I have heard good things about Turkish towels, which are widely available on the ‘zon.
AwayEmily says
+1 to Target bath sheets. We have big fancy ones from Costco, and also Target bath sheets, and TBH the bath sheets are a lot easier because they fold up smaller. The big Costco ones are just so thick and big that they are a pain to schlep around.
CHL says
I think Young House Love has some recommended that people love. I use turkish towels (peshtamels I think?)
OP says
I’m super out of touch. Can someone explain Turkish towels to me?

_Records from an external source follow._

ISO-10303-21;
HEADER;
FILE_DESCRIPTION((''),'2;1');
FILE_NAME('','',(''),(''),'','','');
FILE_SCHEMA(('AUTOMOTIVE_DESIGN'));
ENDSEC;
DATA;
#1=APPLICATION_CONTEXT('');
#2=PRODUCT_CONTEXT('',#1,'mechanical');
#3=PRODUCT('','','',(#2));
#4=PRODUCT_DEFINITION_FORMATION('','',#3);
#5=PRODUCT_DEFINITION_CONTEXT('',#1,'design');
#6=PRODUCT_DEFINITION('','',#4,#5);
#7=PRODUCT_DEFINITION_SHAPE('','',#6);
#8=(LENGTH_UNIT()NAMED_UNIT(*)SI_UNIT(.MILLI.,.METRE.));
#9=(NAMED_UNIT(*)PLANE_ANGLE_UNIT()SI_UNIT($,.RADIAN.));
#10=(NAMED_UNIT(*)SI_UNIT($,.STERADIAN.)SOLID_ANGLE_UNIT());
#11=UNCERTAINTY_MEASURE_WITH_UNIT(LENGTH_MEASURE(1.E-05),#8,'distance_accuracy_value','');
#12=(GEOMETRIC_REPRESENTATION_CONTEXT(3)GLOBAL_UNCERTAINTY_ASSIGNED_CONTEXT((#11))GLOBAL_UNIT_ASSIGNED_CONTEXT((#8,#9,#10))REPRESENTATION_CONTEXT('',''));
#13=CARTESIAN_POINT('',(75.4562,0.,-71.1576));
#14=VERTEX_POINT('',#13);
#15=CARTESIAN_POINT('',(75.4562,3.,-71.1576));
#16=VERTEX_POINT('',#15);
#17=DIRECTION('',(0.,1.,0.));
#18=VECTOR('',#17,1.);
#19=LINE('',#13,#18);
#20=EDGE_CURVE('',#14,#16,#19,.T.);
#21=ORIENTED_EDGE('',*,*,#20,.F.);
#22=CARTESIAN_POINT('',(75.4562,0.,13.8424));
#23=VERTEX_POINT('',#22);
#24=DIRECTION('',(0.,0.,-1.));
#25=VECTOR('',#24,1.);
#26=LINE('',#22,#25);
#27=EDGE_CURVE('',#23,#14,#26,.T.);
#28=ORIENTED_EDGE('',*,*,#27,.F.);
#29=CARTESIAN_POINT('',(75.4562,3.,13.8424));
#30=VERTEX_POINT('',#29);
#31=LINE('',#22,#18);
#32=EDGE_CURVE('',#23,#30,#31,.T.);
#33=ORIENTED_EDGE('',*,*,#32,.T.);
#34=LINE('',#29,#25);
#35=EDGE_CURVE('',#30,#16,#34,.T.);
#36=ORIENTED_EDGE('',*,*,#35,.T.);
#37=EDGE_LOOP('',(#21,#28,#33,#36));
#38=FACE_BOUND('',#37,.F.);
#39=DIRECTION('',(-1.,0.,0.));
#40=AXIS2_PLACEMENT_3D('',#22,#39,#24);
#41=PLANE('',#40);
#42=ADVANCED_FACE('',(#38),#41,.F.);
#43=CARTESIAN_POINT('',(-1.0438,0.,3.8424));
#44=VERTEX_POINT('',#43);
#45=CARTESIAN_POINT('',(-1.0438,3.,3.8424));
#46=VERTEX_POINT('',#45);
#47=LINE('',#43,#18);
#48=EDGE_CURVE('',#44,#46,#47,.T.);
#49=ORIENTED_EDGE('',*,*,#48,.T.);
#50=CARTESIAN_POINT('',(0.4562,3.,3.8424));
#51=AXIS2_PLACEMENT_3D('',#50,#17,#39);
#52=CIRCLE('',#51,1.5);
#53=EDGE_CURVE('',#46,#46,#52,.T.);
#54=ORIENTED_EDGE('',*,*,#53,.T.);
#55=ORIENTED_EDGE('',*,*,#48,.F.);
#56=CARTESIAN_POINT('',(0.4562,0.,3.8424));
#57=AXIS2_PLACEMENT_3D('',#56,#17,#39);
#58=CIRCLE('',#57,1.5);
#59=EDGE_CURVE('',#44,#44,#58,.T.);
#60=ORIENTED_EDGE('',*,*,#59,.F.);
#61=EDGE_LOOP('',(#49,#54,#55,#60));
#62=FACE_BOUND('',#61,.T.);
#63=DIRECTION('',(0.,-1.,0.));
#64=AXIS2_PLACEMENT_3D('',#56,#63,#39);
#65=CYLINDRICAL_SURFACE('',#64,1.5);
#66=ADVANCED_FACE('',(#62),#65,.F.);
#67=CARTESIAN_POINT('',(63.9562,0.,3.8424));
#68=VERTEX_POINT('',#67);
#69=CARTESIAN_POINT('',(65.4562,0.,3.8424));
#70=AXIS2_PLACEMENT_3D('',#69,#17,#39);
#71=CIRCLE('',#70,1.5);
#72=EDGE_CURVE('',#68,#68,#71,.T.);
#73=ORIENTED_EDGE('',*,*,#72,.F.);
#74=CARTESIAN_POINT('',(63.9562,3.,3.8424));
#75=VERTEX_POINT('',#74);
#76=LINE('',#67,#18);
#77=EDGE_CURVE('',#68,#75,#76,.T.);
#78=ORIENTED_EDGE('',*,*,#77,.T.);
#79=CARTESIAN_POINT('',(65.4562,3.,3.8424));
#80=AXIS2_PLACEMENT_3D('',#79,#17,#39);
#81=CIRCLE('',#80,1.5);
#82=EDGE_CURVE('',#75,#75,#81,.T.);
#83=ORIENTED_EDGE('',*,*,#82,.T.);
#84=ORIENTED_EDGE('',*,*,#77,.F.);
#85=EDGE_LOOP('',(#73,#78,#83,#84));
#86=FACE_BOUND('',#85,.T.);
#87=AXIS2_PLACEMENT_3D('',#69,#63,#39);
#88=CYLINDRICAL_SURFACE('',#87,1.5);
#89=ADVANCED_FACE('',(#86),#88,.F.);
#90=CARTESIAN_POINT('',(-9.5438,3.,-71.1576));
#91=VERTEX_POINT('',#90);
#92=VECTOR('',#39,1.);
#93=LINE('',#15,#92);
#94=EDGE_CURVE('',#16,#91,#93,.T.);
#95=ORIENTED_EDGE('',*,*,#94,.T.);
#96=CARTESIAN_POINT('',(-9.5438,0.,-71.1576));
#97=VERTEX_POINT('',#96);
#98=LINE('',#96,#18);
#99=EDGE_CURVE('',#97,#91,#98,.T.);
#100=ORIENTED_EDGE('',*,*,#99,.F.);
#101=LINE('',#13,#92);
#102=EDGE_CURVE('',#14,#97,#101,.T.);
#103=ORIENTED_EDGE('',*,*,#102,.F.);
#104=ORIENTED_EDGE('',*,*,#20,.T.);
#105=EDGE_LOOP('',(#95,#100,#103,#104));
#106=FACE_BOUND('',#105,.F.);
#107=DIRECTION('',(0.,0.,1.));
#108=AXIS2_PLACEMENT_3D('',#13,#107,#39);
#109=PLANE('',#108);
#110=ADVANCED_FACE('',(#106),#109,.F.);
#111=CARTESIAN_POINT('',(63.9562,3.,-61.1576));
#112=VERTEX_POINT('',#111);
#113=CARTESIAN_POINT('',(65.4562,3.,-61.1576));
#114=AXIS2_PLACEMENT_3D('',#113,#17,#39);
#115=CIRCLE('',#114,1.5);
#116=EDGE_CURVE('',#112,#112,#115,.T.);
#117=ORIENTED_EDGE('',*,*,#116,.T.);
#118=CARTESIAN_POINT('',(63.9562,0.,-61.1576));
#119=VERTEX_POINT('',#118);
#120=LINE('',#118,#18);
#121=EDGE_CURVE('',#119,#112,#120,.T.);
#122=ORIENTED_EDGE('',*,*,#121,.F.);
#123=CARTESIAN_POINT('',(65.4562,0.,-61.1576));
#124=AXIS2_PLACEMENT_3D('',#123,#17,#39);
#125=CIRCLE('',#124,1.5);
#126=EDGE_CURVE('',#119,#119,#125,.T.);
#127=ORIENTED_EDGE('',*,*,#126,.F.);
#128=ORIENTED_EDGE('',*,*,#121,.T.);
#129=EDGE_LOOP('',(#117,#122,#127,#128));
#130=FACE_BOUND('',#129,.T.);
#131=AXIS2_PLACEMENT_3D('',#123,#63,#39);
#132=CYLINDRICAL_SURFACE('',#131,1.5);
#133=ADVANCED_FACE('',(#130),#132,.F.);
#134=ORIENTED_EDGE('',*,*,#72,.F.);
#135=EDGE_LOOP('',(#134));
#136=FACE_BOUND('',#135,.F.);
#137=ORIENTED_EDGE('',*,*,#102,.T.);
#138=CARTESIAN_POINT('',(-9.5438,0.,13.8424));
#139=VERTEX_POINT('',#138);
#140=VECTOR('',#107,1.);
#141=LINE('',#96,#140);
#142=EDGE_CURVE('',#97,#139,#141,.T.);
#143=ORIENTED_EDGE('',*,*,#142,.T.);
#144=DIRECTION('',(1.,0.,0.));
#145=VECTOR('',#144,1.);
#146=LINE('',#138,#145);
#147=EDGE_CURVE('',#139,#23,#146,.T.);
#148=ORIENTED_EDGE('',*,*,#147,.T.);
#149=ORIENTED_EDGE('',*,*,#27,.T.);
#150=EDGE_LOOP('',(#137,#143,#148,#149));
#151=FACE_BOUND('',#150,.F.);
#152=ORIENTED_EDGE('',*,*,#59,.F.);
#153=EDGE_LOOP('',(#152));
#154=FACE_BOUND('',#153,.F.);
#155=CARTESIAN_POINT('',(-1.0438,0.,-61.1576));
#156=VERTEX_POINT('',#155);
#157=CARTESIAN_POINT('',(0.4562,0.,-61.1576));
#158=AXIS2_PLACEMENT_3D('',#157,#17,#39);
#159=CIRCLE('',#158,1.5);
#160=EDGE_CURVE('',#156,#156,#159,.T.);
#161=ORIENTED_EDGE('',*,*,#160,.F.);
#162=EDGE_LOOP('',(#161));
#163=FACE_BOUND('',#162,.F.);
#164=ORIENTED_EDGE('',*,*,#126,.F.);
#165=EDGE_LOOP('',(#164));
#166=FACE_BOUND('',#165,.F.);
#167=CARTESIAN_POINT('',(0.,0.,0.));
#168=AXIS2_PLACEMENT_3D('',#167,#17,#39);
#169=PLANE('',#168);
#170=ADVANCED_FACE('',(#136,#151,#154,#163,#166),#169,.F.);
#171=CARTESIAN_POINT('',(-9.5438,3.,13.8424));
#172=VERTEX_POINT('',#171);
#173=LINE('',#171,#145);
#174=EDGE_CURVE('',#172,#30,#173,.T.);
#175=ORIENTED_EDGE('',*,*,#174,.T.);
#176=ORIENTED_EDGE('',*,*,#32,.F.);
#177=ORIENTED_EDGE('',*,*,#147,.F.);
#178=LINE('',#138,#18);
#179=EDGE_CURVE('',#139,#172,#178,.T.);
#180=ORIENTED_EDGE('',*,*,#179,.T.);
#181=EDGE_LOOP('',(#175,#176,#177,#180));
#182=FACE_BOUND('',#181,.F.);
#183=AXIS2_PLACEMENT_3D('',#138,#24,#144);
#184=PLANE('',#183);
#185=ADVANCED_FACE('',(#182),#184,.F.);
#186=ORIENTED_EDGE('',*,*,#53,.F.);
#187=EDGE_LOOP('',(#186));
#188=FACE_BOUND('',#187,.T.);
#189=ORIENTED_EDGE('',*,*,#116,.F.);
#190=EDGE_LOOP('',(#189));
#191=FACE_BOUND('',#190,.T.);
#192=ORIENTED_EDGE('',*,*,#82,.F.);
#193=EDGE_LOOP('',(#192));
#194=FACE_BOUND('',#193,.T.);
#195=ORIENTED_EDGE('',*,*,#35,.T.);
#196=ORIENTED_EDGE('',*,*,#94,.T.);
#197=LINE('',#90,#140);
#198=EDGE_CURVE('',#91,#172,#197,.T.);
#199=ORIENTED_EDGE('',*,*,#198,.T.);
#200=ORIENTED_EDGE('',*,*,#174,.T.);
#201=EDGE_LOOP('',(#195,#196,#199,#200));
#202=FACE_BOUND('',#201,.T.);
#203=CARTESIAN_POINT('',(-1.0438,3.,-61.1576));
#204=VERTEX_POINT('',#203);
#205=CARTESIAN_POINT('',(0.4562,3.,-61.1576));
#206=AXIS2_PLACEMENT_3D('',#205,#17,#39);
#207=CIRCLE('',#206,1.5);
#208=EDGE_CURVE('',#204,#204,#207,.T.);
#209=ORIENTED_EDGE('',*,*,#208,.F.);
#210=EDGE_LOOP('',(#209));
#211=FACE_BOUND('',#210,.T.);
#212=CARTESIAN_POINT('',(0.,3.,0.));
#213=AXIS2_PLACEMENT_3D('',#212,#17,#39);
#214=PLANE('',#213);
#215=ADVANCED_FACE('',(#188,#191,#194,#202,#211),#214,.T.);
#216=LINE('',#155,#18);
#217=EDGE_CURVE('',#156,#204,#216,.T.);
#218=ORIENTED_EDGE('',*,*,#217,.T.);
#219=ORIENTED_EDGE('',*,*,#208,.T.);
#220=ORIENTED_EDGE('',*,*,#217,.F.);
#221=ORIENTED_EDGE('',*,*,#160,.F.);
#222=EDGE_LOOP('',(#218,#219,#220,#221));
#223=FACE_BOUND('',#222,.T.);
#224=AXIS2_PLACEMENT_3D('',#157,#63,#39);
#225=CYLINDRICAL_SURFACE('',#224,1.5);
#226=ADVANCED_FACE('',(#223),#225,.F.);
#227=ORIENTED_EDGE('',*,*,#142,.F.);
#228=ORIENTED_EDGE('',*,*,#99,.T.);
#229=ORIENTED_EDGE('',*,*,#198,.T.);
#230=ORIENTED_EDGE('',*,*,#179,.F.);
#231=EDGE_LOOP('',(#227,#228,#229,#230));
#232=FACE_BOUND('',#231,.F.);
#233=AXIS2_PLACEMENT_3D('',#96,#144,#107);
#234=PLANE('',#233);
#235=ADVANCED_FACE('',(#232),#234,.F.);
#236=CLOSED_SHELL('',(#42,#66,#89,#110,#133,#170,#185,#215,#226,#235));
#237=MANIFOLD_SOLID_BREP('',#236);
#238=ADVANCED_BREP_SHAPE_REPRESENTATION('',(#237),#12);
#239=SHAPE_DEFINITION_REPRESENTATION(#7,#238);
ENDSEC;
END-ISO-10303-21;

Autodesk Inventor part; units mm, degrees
ref_plane "YZ Plane" through (0, 0, 0) normal (1, 0, 0) x (0, 1, 0)
ref_plane "XZ Plane" through (0, 0, 0) normal (0, 1, 0) x (-1, 0, 0)
ref_plane "XY Plane" through (0, 0, 0) normal (0, 0, 1) x (1, 0, 0)
sketch "Sketch1" plane through (0, 0, 0) normal (0, 1, 0) x (-1, 0, 0)
  line L0 (9.5438, 13.8424) -> (-75.4562, 13.8424)
  line L1 (-75.4562, 13.8424) -> (-75.4562, -71.1576)
  line L2 (-75.4562, -71.1576) -> (9.5438, -71.1576)
  line L3 (9.5438, -71.1576) -> (9.5438, 13.8424)
  circle A0 centre (-0.4562, 3.8424) radius 1.5
  circle A1 centre (-0.4562, -61.1576) radius 1.5
  circle A2 centre (-65.4562, -61.1576) radius 1.5
  circle A3 centre (-65.4562, 3.8424) radius 1.5
  point P0 (0, 0)
  dimension "d0" = 85
  dimension "d1" = 85
  dimension "d2" = 3
  dimension "d3" = 3
  dimension "d4" = 3
  dimension "d5" = 3
  dimension "d6" = 10
  dimension "d7" = 10
  dimension "d8" = 10
  dimension "d9" = 10
  dimension "d10" = 10
  dimension "d11" = 10
  dimension "d12" = 10
  dimension "d13" = 10
  dimension "d14" = 65
extrude "Extrusion1" add sketch "Sketch1" along normal blind 3
properties part number "topLid"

Thanks!
Anonymous says
Turkish towels have a flat weave instead of a looped terry weave. They are supposed to trap less sand and are smaller to carry.
Anon says
You can order a lot of things from Costco online without a membership. Some things you can order with a small surcharge. May be worth a look.
Anonymous says
Quick dry cheapie ones: Walmart
Halfway decent ones: Homegoods
Very decent thick ones that take forever to dry: lands end
We have all 3 types.
SC says
We love our Costco beach towels! Last summer, I bought some Dock & Bay quick drying beach towels (extra large). I like that they roll up small in a beach bag or a hiking bag, and they do dry out quickly!